Exercise instructions —
Please output the data below exactly as given, starting at its first line and stopping after the line that contains "#174=PLANE('',#173);".

Material for the task —
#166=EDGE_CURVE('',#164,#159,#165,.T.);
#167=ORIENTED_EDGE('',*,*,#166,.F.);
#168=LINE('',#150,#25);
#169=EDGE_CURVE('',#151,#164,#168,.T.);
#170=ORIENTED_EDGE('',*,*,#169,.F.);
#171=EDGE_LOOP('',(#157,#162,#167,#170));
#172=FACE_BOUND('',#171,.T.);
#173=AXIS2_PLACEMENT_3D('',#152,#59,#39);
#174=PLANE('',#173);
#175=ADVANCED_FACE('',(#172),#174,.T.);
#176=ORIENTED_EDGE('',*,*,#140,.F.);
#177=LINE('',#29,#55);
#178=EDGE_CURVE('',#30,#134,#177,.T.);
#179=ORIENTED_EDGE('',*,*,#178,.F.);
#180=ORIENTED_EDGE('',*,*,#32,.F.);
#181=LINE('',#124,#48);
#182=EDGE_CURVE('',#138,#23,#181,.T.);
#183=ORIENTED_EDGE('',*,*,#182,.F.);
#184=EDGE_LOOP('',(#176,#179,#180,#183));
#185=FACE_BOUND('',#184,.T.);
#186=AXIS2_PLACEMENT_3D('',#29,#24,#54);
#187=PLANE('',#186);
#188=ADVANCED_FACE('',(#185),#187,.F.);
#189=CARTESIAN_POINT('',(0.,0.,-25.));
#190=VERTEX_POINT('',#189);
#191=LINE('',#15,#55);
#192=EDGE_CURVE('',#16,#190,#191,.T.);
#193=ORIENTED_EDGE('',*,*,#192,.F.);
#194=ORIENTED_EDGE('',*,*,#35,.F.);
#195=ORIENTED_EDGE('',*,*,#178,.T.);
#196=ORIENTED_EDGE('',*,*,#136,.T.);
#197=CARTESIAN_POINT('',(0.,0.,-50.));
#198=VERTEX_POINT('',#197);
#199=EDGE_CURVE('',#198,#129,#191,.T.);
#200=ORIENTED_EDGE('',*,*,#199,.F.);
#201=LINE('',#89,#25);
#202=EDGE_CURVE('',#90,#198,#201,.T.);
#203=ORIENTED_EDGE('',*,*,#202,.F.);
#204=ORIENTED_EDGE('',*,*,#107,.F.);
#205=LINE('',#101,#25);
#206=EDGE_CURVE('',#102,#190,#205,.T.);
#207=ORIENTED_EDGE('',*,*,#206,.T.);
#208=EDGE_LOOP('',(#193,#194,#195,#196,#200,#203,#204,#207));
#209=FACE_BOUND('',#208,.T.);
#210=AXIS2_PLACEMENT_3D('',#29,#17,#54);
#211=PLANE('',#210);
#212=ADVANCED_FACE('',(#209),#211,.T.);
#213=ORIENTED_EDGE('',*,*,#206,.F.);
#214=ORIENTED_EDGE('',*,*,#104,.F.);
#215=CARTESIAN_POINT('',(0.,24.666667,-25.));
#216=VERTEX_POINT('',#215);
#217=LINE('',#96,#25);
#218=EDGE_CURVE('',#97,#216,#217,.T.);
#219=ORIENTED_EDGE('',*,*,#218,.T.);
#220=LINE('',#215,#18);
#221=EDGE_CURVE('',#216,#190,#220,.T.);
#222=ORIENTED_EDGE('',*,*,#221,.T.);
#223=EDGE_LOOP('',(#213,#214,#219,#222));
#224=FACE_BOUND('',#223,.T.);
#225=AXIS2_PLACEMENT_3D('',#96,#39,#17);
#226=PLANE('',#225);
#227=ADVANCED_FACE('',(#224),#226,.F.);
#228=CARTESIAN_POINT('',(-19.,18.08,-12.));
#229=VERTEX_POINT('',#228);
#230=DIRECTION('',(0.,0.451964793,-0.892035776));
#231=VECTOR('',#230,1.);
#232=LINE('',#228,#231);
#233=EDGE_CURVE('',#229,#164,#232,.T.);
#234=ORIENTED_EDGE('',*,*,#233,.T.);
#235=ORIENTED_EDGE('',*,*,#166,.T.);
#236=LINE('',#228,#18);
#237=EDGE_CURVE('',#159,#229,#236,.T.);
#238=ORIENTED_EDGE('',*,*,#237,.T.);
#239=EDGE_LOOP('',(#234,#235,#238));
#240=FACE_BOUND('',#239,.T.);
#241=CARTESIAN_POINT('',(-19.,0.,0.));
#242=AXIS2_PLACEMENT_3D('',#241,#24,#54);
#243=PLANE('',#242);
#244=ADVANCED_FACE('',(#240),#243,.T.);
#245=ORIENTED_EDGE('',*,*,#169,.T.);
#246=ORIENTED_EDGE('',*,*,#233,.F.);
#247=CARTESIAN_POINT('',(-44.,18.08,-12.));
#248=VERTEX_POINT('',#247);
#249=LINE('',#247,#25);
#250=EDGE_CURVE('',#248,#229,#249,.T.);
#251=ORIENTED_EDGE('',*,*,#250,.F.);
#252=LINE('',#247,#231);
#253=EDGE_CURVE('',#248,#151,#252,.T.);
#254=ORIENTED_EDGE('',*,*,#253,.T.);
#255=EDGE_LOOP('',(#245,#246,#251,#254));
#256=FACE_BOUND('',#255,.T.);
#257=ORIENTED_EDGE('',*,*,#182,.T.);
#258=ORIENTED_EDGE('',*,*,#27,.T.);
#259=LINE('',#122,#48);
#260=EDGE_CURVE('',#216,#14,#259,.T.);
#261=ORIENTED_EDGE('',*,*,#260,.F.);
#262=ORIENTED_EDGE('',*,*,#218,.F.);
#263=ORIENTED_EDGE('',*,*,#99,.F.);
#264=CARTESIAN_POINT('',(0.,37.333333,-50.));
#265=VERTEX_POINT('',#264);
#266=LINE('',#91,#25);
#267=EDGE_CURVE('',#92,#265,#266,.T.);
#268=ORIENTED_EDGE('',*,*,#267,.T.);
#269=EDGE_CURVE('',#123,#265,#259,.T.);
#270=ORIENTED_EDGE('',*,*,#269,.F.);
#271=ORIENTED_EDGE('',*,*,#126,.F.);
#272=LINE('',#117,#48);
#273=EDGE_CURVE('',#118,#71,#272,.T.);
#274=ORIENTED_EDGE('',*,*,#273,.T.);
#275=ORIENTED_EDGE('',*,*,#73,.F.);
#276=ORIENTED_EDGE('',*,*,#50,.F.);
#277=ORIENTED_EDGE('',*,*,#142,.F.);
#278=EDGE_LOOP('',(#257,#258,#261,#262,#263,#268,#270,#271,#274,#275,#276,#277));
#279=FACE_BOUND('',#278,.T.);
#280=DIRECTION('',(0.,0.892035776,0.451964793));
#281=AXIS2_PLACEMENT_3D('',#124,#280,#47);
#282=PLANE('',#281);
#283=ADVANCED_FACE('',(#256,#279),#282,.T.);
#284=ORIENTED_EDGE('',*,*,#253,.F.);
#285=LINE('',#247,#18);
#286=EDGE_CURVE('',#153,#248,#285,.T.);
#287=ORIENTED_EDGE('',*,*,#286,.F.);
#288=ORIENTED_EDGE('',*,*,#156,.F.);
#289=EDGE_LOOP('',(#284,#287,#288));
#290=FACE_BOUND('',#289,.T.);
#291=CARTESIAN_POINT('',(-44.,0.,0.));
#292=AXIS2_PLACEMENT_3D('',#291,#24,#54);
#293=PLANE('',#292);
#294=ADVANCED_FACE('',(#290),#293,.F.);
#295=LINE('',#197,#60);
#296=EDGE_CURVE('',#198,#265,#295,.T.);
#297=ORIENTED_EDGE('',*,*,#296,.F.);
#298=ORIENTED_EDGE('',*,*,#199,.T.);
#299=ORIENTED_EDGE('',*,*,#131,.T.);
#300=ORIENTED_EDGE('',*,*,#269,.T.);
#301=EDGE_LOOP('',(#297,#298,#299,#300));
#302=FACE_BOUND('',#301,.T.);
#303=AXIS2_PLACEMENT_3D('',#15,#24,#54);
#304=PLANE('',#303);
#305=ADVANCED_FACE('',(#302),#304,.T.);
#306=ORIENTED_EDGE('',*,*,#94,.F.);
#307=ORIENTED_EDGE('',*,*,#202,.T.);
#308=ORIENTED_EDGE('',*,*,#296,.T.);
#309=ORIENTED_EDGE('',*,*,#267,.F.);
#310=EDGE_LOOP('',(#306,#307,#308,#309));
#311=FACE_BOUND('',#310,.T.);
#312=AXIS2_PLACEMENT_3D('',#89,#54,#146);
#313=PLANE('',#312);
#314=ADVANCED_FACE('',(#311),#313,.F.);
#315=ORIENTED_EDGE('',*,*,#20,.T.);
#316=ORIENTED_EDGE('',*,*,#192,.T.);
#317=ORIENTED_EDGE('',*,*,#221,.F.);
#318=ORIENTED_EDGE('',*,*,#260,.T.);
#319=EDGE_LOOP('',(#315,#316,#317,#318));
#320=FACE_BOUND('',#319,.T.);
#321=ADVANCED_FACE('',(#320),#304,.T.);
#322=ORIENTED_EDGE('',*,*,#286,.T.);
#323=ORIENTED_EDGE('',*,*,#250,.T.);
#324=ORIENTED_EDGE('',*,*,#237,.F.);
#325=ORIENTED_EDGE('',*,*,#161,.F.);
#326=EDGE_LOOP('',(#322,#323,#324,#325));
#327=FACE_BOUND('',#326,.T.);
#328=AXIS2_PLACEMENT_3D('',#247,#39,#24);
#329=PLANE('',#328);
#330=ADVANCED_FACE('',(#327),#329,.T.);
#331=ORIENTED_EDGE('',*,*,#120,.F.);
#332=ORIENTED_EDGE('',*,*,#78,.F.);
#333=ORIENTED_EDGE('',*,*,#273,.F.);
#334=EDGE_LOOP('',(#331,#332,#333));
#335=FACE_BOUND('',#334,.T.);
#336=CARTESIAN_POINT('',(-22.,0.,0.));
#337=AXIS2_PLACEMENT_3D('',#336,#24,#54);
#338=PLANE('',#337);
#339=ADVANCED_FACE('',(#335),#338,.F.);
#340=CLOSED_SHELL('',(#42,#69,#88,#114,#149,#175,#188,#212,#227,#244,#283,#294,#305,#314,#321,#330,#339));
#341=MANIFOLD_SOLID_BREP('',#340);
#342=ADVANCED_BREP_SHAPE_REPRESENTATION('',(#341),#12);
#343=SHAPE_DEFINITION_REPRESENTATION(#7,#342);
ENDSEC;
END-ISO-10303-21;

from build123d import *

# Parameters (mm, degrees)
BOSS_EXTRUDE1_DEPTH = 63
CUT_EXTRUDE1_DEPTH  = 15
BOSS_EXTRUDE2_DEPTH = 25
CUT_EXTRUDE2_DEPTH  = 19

Answer for this exercise —
#166=EDGE_CURVE('',#164,#159,#165,.T.);
#167=ORIENTED_EDGE('',*,*,#166,.F.);
#168=LINE('',#150,#25);
#169=EDGE_CURVE('',#151,#164,#168,.T.);
#170=ORIENTED_EDGE('',*,*,#169,.F.);
#171=EDGE_LOOP('',(#157,#162,#167,#170));
#172=FACE_BOUND('',#171,.T.);
#173=AXIS2_PLACEMENT_3D('',#152,#59,#39);
#174=PLANE('',#173);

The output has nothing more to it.